Ever since I started wearing an Apple Watch about a year ago, I have become more attuned to the various health metrics it tracks.

How many steps was I taking per day?

What was my resting heart rate?

How many hours a night did I sleep?

How did my heart rate variability change over time?

This newfound awareness made me realise how much technology can influence our understanding of personal health.

I'm assuming that I’m not the only one experiencing this switch.

As more people become engaged with their own health data, it’s clear that the demand for personalised healthcare is on the rise.

This trend has significant implications for the pharmaceutical sector, driving innovation in areas such as precision medicine, digital therapeutics, and patient-centred care.

You see, healthcare impacts everything and everyone, regardless of their economic or social status.

Take Covid-19 for example. It starkly highlighted how robust healthcare systems can stabilise economies while inadequate infrastructure can bring them to a standstill.

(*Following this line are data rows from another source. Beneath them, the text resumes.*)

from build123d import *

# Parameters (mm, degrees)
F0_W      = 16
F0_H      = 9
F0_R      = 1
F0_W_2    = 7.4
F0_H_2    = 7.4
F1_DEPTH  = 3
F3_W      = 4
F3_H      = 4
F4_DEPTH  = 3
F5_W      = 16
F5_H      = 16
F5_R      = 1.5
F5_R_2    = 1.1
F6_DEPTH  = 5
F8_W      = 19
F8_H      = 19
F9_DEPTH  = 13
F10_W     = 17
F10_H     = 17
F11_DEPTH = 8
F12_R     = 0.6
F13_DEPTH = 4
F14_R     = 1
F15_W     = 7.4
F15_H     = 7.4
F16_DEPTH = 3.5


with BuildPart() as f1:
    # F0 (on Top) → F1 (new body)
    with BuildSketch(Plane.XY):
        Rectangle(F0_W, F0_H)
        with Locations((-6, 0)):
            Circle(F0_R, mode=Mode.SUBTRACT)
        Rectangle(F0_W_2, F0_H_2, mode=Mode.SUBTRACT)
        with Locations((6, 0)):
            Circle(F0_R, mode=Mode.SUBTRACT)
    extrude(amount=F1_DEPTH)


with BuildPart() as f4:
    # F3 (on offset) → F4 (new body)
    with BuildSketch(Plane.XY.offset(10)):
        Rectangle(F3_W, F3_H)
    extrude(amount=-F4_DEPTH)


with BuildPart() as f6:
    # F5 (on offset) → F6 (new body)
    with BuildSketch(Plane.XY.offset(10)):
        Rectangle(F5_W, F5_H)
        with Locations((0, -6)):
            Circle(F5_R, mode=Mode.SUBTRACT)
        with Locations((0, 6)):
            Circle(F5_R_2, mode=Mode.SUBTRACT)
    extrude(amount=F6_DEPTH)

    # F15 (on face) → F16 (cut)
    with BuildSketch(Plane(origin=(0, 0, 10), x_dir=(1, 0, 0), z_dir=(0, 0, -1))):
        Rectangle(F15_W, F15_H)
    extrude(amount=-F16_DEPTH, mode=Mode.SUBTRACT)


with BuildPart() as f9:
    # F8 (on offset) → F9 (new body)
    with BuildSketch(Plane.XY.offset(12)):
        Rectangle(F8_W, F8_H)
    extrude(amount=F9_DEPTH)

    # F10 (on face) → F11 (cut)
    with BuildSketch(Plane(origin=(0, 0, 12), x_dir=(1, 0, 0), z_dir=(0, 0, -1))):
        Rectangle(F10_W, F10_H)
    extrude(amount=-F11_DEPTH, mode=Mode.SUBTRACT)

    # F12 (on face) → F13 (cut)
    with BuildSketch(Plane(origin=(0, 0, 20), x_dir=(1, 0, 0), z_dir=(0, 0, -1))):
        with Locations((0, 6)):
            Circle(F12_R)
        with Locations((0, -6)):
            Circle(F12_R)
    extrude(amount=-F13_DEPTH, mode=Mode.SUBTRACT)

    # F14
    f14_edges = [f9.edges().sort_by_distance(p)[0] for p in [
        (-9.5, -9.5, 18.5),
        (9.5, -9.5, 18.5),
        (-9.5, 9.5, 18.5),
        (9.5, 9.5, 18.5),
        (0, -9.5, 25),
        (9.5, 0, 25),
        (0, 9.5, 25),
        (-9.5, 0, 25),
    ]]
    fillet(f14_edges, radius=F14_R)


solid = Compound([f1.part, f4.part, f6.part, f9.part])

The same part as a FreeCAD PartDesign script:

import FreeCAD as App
import Part
import Sketcher
from FreeCAD import Vector


def edges_at(feature, points):
    """Names of the edges that pass closest to the given points."""
    edges = feature.Shape.Edges
    near = lambda p: min(range(len(edges)), key=lambda i: edges[i].distToShape(Part.Vertex(*p))[0])
    return sorted({f"Edge{near(p) + 1}" for p in points})

doc = App.newDocument("Part")
params = doc.addObject("Spreadsheet::Sheet", "Params")
for row, (alias, value) in enumerate([
    ("sketch1_diameter", "2 mm"),
    ("sketch1_width", "16 mm"),
    ("sketch1_height", "9 mm"),
    ("sketch1_width2", "7.4 mm"),
    ("pad1_length", "3 mm"),
    ("sketch2_width", "4 mm"),
    ("pad2_length", "3 mm"),
    ("sketch3_diameter", "3 mm"),
    ("sketch3_diameter2", "2.2 mm"),
    ("sketch3_width", "16 mm"),
    ("pad3_length", "5 mm"),
    ("sketch4_width", "7.4 mm"),
    ("pocket1_length", "3.5 mm"),
    ("sketch5_width", "19 mm"),
    ("pad4_length", "13 mm"),
    ("sketch6_width", "17 mm"),
    ("pocket2_length", "8 mm"),
    ("sketch7_diameter", "1.2 mm"),
    ("pocket3_length", "4 mm"),
    ("fillet_radius", "1 mm"),
], start=1):
    params.set(f"A{row}", alias)
    params.set(f"B{row}", "=" + value)
    params.setAlias(f"B{row}", alias)

body = doc.addObject("PartDesign::Body", "Body")

# Sketch on XY plane
sketch1 = body.newObject("Sketcher::SketchObject", "Sketch")
sketch1.AttachmentSupport = (doc.getObject("XY_Plane"), [""])
sketch1.MapMode = "FlatFace"
sketch1.addGeometry(Part.LineSegment(Vector(-8, 4.5, 0), Vector(-8, -4.5, 0)), False)
sketch1.addGeometry(Part.LineSegment(Vector(-8, -4.5, 0), Vector(8, -4.5, 0)), False)
sketch1.addGeometry(Part.LineSegment(Vector(8, -4.5, 0), Vector(8, 4.5, 0)), False)
sketch1.addGeometry(Part.LineSegment(Vector(8, 4.5, 0), Vector(-8, 4.5, 0)), False)
sketch1.addGeometry(Part.Circle(Vector(-6, 0, 0), Vector(0, 0, 1), 1), False)
sketch1.addGeometry(Part.LineSegment(Vector(3.7, -3.7, 0), Vector(-3.7, -3.7, 0)), False)
sketch1.addGeometry(Part.LineSegment(Vector(-3.7, -3.7, 0), Vector(-3.7, 3.7, 0)), False)
sketch1.addGeometry(Part.LineSegment(Vector(-3.7, 3.7, 0), Vector(3.7, 3.7, 0)), False)
sketch1.addGeometry(Part.LineSegment(Vector(3.7, 3.7, 0), Vector(3.7, -3.7, 0)), False)
sketch1.addGeometry(Part.Circle(Vector(6, 0, 0), Vector(0, 0, 1), 1), False)
sketch1.addConstraint(Sketcher.Constraint("Coincident", 0, 2, 1, 1))
sketch1.addConstraint(Sketcher.Constraint("Coincident", 1, 2, 2, 1))
sketch1.addConstraint(Sketcher.Constraint("Coincident", 2, 2, 3, 1))
sketch1.addConstraint(Sketcher.Constraint("Coincident", 3, 2, 0, 1))
sketch1.addConstraint(Sketcher.Constraint("Coincident", 5, 2, 6, 1))
sketch1.addConstraint(Sketcher.Constraint("Coincident", 6, 2, 7, 1))
sketch1.addConstraint(Sketcher.Constraint("Coincident", 7, 2, 8, 1))
sketch1.addConstraint(Sketcher.Constraint("Coincident", 8, 2, 5, 1))
sketch1.addConstraint(Sketcher.Constraint("Vertical", 0))
sketch1.addConstraint(Sketcher.Constraint("Horizontal", 1))
sketch1.addConstraint(Sketcher.Constraint("Vertical", 2))
sketch1.addConstraint(Sketcher.Constraint("Horizontal", 3))
sketch1.addConstraint(Sketcher.Constraint("Horizontal", 5))
sketch1.addConstraint(Sketcher.Constraint("Vertical", 6))
sketch1.addConstraint(Sketcher.Constraint("Horizontal", 7))
sketch1.addConstraint(Sketcher.Constraint("Vertical", 8))
sketch1.addConstraint(Sketcher.Constraint("Equal", 4, 9))
sketch1.addConstraint(Sketcher.Constraint("Symmetric", 4, 3, 9, 3, -1, 1))
sketch1.addConstraint(Sketcher.Constraint("Symmetric", 0, 2, 2, 2, -1, 1))
sketch1.addConstraint(Sketcher.Constraint("Symmetric", 5, 2, 7, 2, -1, 1))
sketch1.addConstraint(Sketcher.Constraint("PointOnObject", 4, 3, -1))
sketch1.addConstraint(Sketcher.Constraint("Equal", 7, 6))
sketch1.addConstraint(Sketcher.Constraint("Diameter", 4, 2.0))
sketch1.addConstraint(Sketcher.Constraint("DistanceX", 1, 1, 1, 2, 16.0))
sketch1.addConstraint(Sketcher.Constraint("DistanceY", 0, 2, 0, 1, 9.0))
sketch1.addConstraint(Sketcher.Constraint("DistanceX", 5, 2, 5, 1, 7.4))
sketch1.addConstraint(Sketcher.Constraint("DistanceX", 4, 3, -1, 1, 6.0))
sketch1.setExpression("Constraints[22]", "Params.sketch1_diameter")
sketch1.setExpression("Constraints[23]", "Params.sketch1_width")
sketch1.setExpression("Constraints[24]", "Params.sketch1_height")
sketch1.setExpression("Constraints[25]", "Params.sketch1_width2")
pad1 = body.newObject("PartDesign::Pad", "Pad")
pad1.Profile = sketch1
pad1.setExpression("Length", "Params.pad1_length")
body2 = doc.addObject("PartDesign::Body", "Body001")

# Sketch on XY plane
sketch2 = body2.newObject("Sketcher::SketchObject", "Sketch001")
sketch2.AttachmentSupport = (doc.getObject("XY_Plane001"), [""])
sketch2.MapMode = "FlatFace"
sketch2.AttachmentOffset = App.Placement(Vector(0, 0, 10), App.Rotation())
sketch2.addGeometry(Part.LineSegment(Vector(-2, 2, 0), Vector(-2, -2, 0)), False)
sketch2.addGeometry(Part.LineSegment(Vector(-2, -2, 0), Vector(2, -2, 0)), False)
sketch2.addGeometry(Part.LineSegment(Vector(2, -2, 0), Vector(2, 2, 0)), False)
sketch2.addGeometry(Part.LineSegment(Vector(2, 2, 0), Vector(-2, 2, 0)), False)
sketch2.addConstraint(Sketcher.Constraint("Coincident", 0, 2, 1, 1))
sketch2.addConstraint(Sketcher.Constraint("Coincident", 1, 2, 2, 1))
sketch2.addConstraint(Sketcher.Constraint("Coincident", 2, 2, 3, 1))
sketch2.addConstraint(Sketcher.Constraint("Coincident", 3, 2, 0, 1))
sketch2.addConstraint(Sketcher.Constraint("Vertical", 0))
sketch2.addConstraint(Sketcher.Constraint("Horizontal", 1))
sketch2.addConstraint(Sketcher.Constraint("Vertical", 2))
sketch2.addConstraint(Sketcher.Constraint("Horizontal", 3))
sketch2.addConstraint(Sketcher.Constraint("Symmetric", 0, 2, 2, 2, -1, 1))
sketch2.addConstraint(Sketcher.Constraint("Equal", 3, 0))
sketch2.addConstraint(Sketcher.Constraint("DistanceX", 1, 1, 1, 2, 4.0))
sketch2.setExpression("Constraints[10]", "Params.sketch2_width")
pad2 = body2.newObject("PartDesign::Pad", "Pad001")
pad2.Profile = sketch2
pad2.setExpression("Length", "Params.pad2_length")
pad2.Reversed = True
body3 = doc.addObject("PartDesign::Body", "Body002")

# Sketch on XY plane
sketch3 = body3.newObject("Sketcher::SketchObject", "Sketch002")
sketch3.AttachmentSupport = (doc.getObject("XY_Plane002"), [""])
sketch3.MapMode = "FlatFace"
sketch3.AttachmentOffset = App.Placement(Vector(0, 0, 10), App.Rotation())
sketch3.addGeometry(Part.LineSegment(Vector(-8, 8, 0), Vector(-8, -8, 0)), False)
sketch3.addGeometry(Part.LineSegment(Vector(-8, -8, 0), Vector(8, -8, 0)), False)
sketch3.addGeometry(Part.LineSegment(Vector(8, -8, 0), Vector(8, 8, 0)), False)
sketch3.addGeometry(Part.LineSegment(Vector(8, 8, 0), Vector(-8, 8, 0)), False)
sketch3.addGeometry(Part.Circle(Vector(0, -6, 0), Vector(0, 0, 1), 1.5), False)
sketch3.addGeometry(Part.Circle(Vector(0, 6, 0), Vector(0, 0, 1), 1.1), False)
sketch3.addConstraint(Sketcher.Constraint("Coincident", 0, 2, 1, 1))
sketch3.addConstraint(Sketcher.Constraint("Coincident", 1, 2, 2, 1))
sketch3.addConstraint(Sketcher.Constraint("Coincident", 2, 2, 3, 1))
sketch3.addConstraint(Sketcher.Constraint("Coincident", 3, 2, 0, 1))
sketch3.addConstraint(Sketcher.Constraint("Vertical", 0))
sketch3.addConstraint(Sketcher.Constraint("Horizontal", 1))
sketch3.addConstraint(Sketcher.Constraint("Vertical", 2))
sketch3.addConstraint(Sketcher.Constraint("Horizontal", 3))
sketch3.addConstraint(Sketcher.Constraint("Symmetric", 4, 3, 5, 3, -1, 1))
sketch3.addConstraint(Sketcher.Constraint("Symmetric", 0, 2, 2, 2, -1, 1))
sketch3.addConstraint(Sketcher.Constraint("PointOnObject", 4, 3, -2))
sketch3.addConstraint(Sketcher.Constraint("Equal", 3, 0))
sketch3.addConstraint(Sketcher.Constraint("Diameter", 4, 3.0))
sketch3.addConstraint(Sketcher.Constraint("Diameter", 5, 2.2))
sketch3.addConstraint(Sketcher.Constraint("DistanceX", 1, 1, 1, 2, 16.0))
sketch3.addConstraint(Sketcher.Constraint("DistanceY", 4, 3, -1, 1, 6.0))
sketch3.setExpression("Constraints[12]", "Params.sketch3_diameter")
sketch3.setExpression("Constraints[13]", "Params.sketch3_diameter2")
sketch3.setExpression("Constraints[14]", "Params.sketch3_width")
pad3 = body3.newObject("PartDesign::Pad", "Pad002")
pad3.Profile = sketch3
pad3.setExpression("Length", "Params.pad3_length")

# Sketch on XY plane
sketch4 = body3.newObject("Sketcher::SketchObject", "Sketch003")
sketch4.AttachmentSupport = (doc.getObject("XY_Plane002"), [""])
sketch4.MapMode = "FlatFace"
sketch4.AttachmentOffset = App.Placement(Vector(0, 0, 10), App.Rotation())
sketch4.addGeometry(Part.LineSegment(Vector(-4, -4, 0), Vector(-4, 4, 0)), False)
sketch4.addGeometry(Part.LineSegment(Vector(-4, 4, 0), Vector(4, 4, 0)), False)
sketch4.addGeometry(Part.LineSegment(Vector(4, 4, 0), Vector(4, -4, 0)), False)
sketch4.addGeometry(Part.LineSegment(Vector(4, -4, 0), Vector(-4, -4, 0)), False)
sketch4.addConstraint(Sketcher.Constraint("Coincident", 0, 2, 1, 1))
sketch4.addConstraint(Sketcher.Constraint("Coincident", 1, 2, 2, 1))
sketch4.addConstraint(Sketcher.Constraint("Coincident", 2, 2, 3, 1))
sketch4.addConstraint(Sketcher.Constraint("Coincident", 3, 2, 0, 1))
sketch4.addConstraint(Sketcher.Constraint("Vertical", 0))
sketch4.addConstraint(Sketcher.Constraint("Horizontal", 1))
sketch4.addConstraint(Sketcher.Constraint("Vertical", 2))
sketch4.addConstraint(Sketcher.Constraint("Horizontal", 3))
sketch4.addConstraint(Sketcher.Constraint("Symmetric", 0, 2, 2, 2, -1, 1))
sketch4.addConstraint(Sketcher.Constraint("Equal", 3, 0))
sketch4.addConstraint(Sketcher.Constraint("DistanceX", 1, 1, 1, 2, 7.4))
sketch4.setExpression("Constraints[10]", "Params.sketch4_width")
pocket1 = body3.newObject("PartDesign::Pocket", "Pocket")
pocket1.Profile = sketch4
pocket1.setExpression("Length", "Params.pocket1_length")
pocket1.Reversed = True
body4 = doc.addObject("PartDesign::Body", "Body003")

As things are in 2024, the prospects of the Indian pharma sector look really good, all thanks to two big changes that have happened recently.

With a population exceeding 1.4 billion, India isn't just a vast market within the global healthcare landscape. India's healthcare system is increasingly poised to cater to the needs of an ageing and affluent global population.

As India aspires to become a global pharma leader, just offering cheaper medicines cannot be the only solution.

Enter the US Biosecure Act!

This Act is designed to safeguard vital US biopharma research by limiting state funding to American entities that engage with suppliers from certain countries that pose national security risks (think China and Russia).

While this Act has still not been enacted, if it does, it will restrict technology transfers to these countries’ firms.

You see, the US pharmaceutical industry is heavily dependent on China for outsourced research and development, as well as contract manufacturing. However, rising tensions between the US and China have underscored the risks of relying so heavily on China for such a crucial sector. This is where the Biosecure Act comes into play.

Because of China’s loss, India is becoming a compelling option for major pharmaceutical companies in the US.

On top of the Biosecure Act, another factor impacting the Indian pharma sector is the drug shortage in the US.

In fact, the US has seen very little innovation and large outcomes in its healthcare ecosystem, which explains why American healthcare is worse than many other places around the world.

The persistent drug shortage has had serious consequences for patients, leading to higher costs and delays in receiving necessary care.

Enter India.

The country has consistently risen to the occasion when the world needed support. During the COVID-19 pandemic, Indian pharmaceutical companies delivered over 298 million vaccines to 100 countries through the Vaccine Maitri initiative.

The third and final factor that’s come into play to support the pharma sector is growing exports.

One of India’s greatest strengths lies in its ability to export generic medicines to countries in search of cost-effective healthcare solutions.

Indian pharmaceutical companies command a significant portion of the global export market. These medicines are produced, researched, and tested at a fraction of the cost, making them highly affordable. India's contribution has been crucial in reducing healthcare expenses in developed nations like the US and the UK.

In FY24, India’s drugs and pharmaceuticals exports increased 9.7% year-on-year to US$ 27.9 billion.

The government has even rolled out 2 production-linked incentive (PLI) schemes to promote domestic manufacturing of key pharmaceutical ingredients and generic medicines.

With exports on a steady rise and all other factors coming into play, the stage is set for pharma companies.

Companies supplying to the US market should be on your watchlist as they could perform better on account of increased exports, consistent performance in international trade, and increased production of drugs.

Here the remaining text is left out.